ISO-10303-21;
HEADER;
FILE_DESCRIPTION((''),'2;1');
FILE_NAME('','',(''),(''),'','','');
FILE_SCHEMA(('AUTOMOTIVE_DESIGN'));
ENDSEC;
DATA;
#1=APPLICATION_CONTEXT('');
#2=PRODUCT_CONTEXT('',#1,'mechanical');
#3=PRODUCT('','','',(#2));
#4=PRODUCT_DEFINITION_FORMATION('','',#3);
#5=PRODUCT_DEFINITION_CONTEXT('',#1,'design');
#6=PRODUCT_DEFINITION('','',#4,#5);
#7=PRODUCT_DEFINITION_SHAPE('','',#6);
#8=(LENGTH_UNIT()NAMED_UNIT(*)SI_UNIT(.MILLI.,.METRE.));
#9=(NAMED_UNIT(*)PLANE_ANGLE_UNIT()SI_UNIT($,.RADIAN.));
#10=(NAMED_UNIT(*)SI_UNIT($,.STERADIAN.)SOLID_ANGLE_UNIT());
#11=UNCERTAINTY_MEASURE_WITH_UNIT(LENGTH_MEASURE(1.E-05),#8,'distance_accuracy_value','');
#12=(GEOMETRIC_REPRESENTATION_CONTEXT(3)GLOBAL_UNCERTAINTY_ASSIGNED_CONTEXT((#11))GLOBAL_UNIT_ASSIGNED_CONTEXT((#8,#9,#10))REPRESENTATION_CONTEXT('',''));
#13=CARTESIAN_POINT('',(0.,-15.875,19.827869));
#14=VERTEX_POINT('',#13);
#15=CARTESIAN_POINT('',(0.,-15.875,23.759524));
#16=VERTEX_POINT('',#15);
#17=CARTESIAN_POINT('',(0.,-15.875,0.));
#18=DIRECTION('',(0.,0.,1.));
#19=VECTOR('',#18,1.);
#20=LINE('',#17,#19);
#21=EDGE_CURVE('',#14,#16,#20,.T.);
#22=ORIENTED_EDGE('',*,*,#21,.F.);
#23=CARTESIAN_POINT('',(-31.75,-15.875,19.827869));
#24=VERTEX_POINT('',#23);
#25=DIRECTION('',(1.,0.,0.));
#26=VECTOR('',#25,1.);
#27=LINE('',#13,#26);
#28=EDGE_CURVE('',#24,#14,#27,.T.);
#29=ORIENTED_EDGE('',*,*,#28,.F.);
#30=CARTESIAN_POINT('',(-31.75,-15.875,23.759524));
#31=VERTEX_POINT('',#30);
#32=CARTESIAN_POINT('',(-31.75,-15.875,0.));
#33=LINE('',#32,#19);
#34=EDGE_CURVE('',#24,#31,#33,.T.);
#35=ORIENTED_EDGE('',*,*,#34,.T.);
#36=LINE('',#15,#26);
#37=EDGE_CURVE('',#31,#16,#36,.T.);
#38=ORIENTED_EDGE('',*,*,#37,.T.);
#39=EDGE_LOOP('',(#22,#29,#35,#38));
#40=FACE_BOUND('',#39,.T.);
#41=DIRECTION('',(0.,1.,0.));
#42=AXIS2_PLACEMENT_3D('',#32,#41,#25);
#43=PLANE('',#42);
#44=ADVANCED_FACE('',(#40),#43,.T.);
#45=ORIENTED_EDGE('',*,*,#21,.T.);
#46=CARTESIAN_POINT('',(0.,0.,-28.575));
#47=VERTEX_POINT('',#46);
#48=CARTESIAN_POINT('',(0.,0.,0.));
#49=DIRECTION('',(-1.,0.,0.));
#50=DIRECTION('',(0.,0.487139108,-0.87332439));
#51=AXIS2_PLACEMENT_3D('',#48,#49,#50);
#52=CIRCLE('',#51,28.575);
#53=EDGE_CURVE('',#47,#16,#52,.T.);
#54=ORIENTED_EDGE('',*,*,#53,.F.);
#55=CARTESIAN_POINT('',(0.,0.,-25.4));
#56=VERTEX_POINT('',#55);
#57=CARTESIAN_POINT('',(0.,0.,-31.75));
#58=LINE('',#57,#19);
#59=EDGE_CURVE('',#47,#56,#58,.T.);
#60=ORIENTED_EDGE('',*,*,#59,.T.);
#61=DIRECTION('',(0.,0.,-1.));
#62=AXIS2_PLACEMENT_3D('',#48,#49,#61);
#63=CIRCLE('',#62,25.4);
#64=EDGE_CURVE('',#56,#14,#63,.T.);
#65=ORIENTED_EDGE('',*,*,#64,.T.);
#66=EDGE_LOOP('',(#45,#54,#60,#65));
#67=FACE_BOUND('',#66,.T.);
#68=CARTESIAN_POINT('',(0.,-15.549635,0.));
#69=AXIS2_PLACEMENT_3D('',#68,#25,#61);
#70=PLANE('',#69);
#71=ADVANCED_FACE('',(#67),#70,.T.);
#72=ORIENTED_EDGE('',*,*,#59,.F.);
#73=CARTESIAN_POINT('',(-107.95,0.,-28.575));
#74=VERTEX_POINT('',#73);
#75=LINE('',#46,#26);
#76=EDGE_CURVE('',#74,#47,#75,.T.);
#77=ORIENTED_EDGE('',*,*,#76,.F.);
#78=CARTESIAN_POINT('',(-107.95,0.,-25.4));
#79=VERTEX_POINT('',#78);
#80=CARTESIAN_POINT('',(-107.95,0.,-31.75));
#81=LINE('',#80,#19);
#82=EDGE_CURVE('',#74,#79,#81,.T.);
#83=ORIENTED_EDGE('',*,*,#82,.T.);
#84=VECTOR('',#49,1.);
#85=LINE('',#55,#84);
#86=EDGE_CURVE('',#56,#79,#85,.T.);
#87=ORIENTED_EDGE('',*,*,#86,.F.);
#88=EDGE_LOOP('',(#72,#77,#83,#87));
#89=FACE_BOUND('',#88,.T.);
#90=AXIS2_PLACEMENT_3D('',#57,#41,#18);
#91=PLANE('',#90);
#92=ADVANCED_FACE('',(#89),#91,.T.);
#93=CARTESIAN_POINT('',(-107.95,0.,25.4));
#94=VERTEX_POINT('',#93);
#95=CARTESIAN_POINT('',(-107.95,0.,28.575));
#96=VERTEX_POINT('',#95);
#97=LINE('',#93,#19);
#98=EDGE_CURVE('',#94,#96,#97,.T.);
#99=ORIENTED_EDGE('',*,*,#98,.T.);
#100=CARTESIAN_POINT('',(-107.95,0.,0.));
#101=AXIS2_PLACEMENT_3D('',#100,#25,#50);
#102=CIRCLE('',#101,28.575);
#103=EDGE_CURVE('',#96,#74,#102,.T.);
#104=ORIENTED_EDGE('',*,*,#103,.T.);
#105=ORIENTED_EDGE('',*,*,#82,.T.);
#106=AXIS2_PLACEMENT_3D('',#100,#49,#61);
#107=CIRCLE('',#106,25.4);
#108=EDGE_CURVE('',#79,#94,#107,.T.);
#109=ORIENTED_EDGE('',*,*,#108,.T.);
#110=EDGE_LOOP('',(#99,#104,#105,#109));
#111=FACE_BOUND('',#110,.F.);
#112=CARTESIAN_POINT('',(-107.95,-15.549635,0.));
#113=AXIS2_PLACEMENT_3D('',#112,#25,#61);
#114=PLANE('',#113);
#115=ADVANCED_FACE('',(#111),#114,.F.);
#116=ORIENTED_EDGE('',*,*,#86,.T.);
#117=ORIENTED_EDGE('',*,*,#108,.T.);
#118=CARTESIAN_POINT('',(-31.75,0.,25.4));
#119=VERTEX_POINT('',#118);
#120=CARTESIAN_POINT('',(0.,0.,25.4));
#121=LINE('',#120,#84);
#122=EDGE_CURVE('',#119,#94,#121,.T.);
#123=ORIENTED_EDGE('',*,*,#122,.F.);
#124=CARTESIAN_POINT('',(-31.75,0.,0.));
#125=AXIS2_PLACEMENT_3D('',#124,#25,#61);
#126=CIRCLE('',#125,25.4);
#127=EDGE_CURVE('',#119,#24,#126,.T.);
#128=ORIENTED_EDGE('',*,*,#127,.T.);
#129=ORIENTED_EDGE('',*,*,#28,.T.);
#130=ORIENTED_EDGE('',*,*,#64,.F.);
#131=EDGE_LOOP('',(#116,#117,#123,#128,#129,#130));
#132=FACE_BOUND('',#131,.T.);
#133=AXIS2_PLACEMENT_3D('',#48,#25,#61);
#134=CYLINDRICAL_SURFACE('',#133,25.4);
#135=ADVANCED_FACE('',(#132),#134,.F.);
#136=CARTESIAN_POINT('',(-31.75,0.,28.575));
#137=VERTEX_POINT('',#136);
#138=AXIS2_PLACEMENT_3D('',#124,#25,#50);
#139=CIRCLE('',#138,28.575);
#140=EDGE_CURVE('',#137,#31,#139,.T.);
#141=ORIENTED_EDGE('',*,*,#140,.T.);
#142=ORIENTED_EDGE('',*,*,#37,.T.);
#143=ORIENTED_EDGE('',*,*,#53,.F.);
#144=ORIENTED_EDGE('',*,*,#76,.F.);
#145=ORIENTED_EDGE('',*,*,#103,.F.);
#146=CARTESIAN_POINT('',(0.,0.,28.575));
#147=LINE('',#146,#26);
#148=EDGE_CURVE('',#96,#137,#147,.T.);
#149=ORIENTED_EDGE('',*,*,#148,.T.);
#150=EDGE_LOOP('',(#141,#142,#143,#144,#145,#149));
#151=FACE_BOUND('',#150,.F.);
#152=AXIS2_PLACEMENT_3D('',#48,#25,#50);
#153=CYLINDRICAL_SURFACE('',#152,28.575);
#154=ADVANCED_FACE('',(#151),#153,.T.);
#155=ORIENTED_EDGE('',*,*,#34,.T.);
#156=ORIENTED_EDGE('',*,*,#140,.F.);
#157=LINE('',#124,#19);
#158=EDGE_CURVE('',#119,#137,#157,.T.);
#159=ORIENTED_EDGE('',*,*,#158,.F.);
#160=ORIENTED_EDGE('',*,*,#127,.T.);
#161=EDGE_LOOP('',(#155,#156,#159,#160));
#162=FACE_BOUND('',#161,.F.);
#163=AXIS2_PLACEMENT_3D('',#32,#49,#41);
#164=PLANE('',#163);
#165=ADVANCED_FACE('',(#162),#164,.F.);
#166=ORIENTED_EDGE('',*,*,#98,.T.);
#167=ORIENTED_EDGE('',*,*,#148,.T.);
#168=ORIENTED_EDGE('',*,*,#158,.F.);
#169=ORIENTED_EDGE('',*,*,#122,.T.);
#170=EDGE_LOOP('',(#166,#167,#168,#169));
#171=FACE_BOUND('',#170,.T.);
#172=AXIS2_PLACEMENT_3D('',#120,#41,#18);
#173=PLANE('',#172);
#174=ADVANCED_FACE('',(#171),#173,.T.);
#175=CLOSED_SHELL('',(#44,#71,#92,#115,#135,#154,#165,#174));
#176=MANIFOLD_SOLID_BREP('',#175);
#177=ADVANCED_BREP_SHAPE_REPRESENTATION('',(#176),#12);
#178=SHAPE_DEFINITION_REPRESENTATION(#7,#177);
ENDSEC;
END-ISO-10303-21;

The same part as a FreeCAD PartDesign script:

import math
import FreeCAD as App
import Part
import Sketcher

V = App.Vector
Q = App.Units.Quantity

doc = App.newDocument("Part")
body = doc.addObject("PartDesign::Body", "Body")

sketch1 = doc.addObject("Sketcher::SketchObject", "Sketch")
body.addObject(sketch1)
sketch1.AttachmentSupport = (doc.YZ_Plane, [""])
sketch1.MapMode = "FlatFace"
sketch1.addGeometry([
    Part.LineSegment(V(0, 25.4, 0), V(0, 31.75, 0)),
    Part.ArcOfCircle(Part.Circle(V(0, 0, 0), V(0, 0, 1), 31.75), math.radians(90), math.radians(270)),
    Part.LineSegment(V(0, -31.75, 0), V(0, -25.4, 0)),
    Part.ArcOfCircle(Part.Circle(V(0, 0, 0), V(0, 0, 1), 25.4), math.radians(90), math.radians(270)),
], False)
sketch1.addConstraint([
    Sketcher.Constraint("Coincident", 0, 2, 1, 1),
    Sketcher.Constraint("Coincident", 1, 2, 2, 1),
    Sketcher.Constraint("Coincident", 2, 2, 3, 2),
    Sketcher.Constraint("Coincident", 3, 1, 0, 1),
    Sketcher.Constraint("Vertical", 0),
    Sketcher.Constraint("Vertical", 2),
    Sketcher.Constraint("Coincident", 1, 3, -1, 1),
    Sketcher.Constraint("Coincident", 3, 3, -1, 1),
    Sketcher.Constraint("PointOnObject", 0, 2, -2),
    Sketcher.Constraint("PointOnObject", 1, 2, -2),
    Sketcher.Constraint("Radius", 3, Q("1 in")),
    Sketcher.Constraint("Radius", 1, Q("1.25 in")),
])
pad1 = doc.addObject("PartDesign::Pad", "Pad")
body.addObject(pad1)
pad1.Profile = sketch1
pad1.Length = Q("4.25 in")
pad1.Reversed = True

sketch2 = doc.addObject("Sketcher::SketchObject", "Sketch001")
body.addObject(sketch2)
sketch2.AttachmentSupport = (doc.XY_Plane, [""])
sketch2.MapMode = "FlatFace"
sketch2.addGeometry([
    Part.LineSegment(V(-31.75, 0, 0), V(-31.75, -15.875, 0)),
    Part.LineSegment(V(-31.75, -15.875, 0), V(0, -15.875, 0)),
    Part.LineSegment(V(0, -15.875, 0), V(0, 0, 0)),
    Part.LineSegment(V(0, 0, 0), V(-31.75, 0, 0)),
], False)
sketch2.addConstraint([
    Sketcher.Constraint("Coincident", 0, 2, 1, 1),
    Sketcher.Constraint("Coincident", 1, 2, 2, 1),
    Sketcher.Constraint("Coincident", 2, 2, 3, 1),
    Sketcher.Constraint("Coincident", 3, 2, 0, 1),
    Sketcher.Constraint("Vertical", 0),
    Sketcher.Constraint("Horizontal", 1),
    Sketcher.Constraint("Vertical", 2),
    Sketcher.Constraint("Horizontal", 3),
    Sketcher.Constraint("Coincident", 2, 2, -1, 1),
    Sketcher.Constraint("DistanceX", 1, 1, 1, 2, Q("1.25 in")),
    Sketcher.Constraint("DistanceY", 0, 2, 0, 1, Q("0.625 in")),
])
pocket1 = doc.addObject("PartDesign::Pocket", "Pocket")
body.addObject(pocket1)
pocket1.Profile = sketch2
pocket1.Length = Q("5 in")
pocket1.Reversed = True

sketch3 = doc.addObject("Sketcher::SketchObject", "Sketch002")
body.addObject(sketch3)
sketch3.AttachmentSupport = (doc.YZ_Plane, [""])
sketch3.MapMode = "FlatFace"
sketch3.addGeometry([
    Part.LineSegment(V(13.92, 45.67, 0), V(-45.67, 45.67, 0)),
    Part.LineSegment(V(-45.67, 45.67, 0), V(-45.67, -45.67, 0)),
    Part.LineSegment(V(-45.67, -45.67, 0), V(13.92, -45.67, 0)),
    Part.LineSegment(V(13.92, -45.67, 0), V(13.92, -24.955244, 0)),
    Part.ArcOfCircle(Part.Circle(V(0, 0, 0), V(0, 0, 1), 28.575), math.radians(60.847284), math.radians(299.152716)),
    Part.LineSegment(V(13.92, 24.955244, 0), V(13.92, 45.67, 0)),
], False)
sketch3.addConstraint([
    Sketcher.Constraint("Coincident", 0, 2, 1, 1),
    Sketcher.Constraint("Coincident", 1, 2, 2, 1),
    Sketcher.Constraint("Coincident", 2, 2, 3, 1),
    Sketcher.Constraint("Coincident", 3, 2, 4, 2),
    Sketcher.Constraint("Coincident", 4, 1, 5, 1),
    Sketcher.Constraint("Coincident", 5, 2, 0, 1),
    Sketcher.Constraint("Horizontal", 0),
    Sketcher.Constraint("Vertical", 1),
    Sketcher.Constraint("Horizontal", 2),
    Sketcher.Constraint("Vertical", 3),
    Sketcher.Constraint("Vertical", 5),
    Sketcher.Constraint("Coincident", 4, 3, -1, 1),
    Sketcher.Constraint("Symmetric", 2, 2, 5, 2, -1),
    Sketcher.Constraint("Radius", 4, Q("1.125 in")),
    Sketcher.Constraint("DistanceX", 0, 2, 0, 1, 59.59),
    Sketcher.Constraint("DistanceY", 1, 2, 1, 1, 91.34),
    Sketcher.Constraint("DistanceX", 0, 2, -1, 1, 45.67),
])
pocket2 = doc.addObject("PartDesign::Pocket", "Pocket001")
body.addObject(pocket2)
pocket2.Profile = sketch3
pocket2.Type = "ThroughAll"

doc.recompute()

- **ABOUT THIS TASK**
All lines above from the line with "#163=AXIS2_PLACEMENT_3D('',#32,#49,#41);" through the line with "#174=ADVANCED_FACE('',(#171),#173,.T.);", both included, are to be set down exactly, with nothing else.

- **SOLUTION**
#163=AXIS2_PLACEMENT_3D('',#32,#49,#41);
#164=PLANE('',#163);
#165=ADVANCED_FACE('',(#162),#164,.F.);
#166=ORIENTED_EDGE('',*,*,#98,.T.);
#167=ORIENTED_EDGE('',*,*,#148,.T.);
#168=ORIENTED_EDGE('',*,*,#158,.F.);
#169=ORIENTED_EDGE('',*,*,#122,.T.);
#170=EDGE_LOOP('',(#166,#167,#168,#169));
#171=FACE_BOUND('',#170,.T.);
#172=AXIS2_PLACEMENT_3D('',#120,#41,#18);
#173=PLANE('',#172);
#174=ADVANCED_FACE('',(#171),#173,.T.);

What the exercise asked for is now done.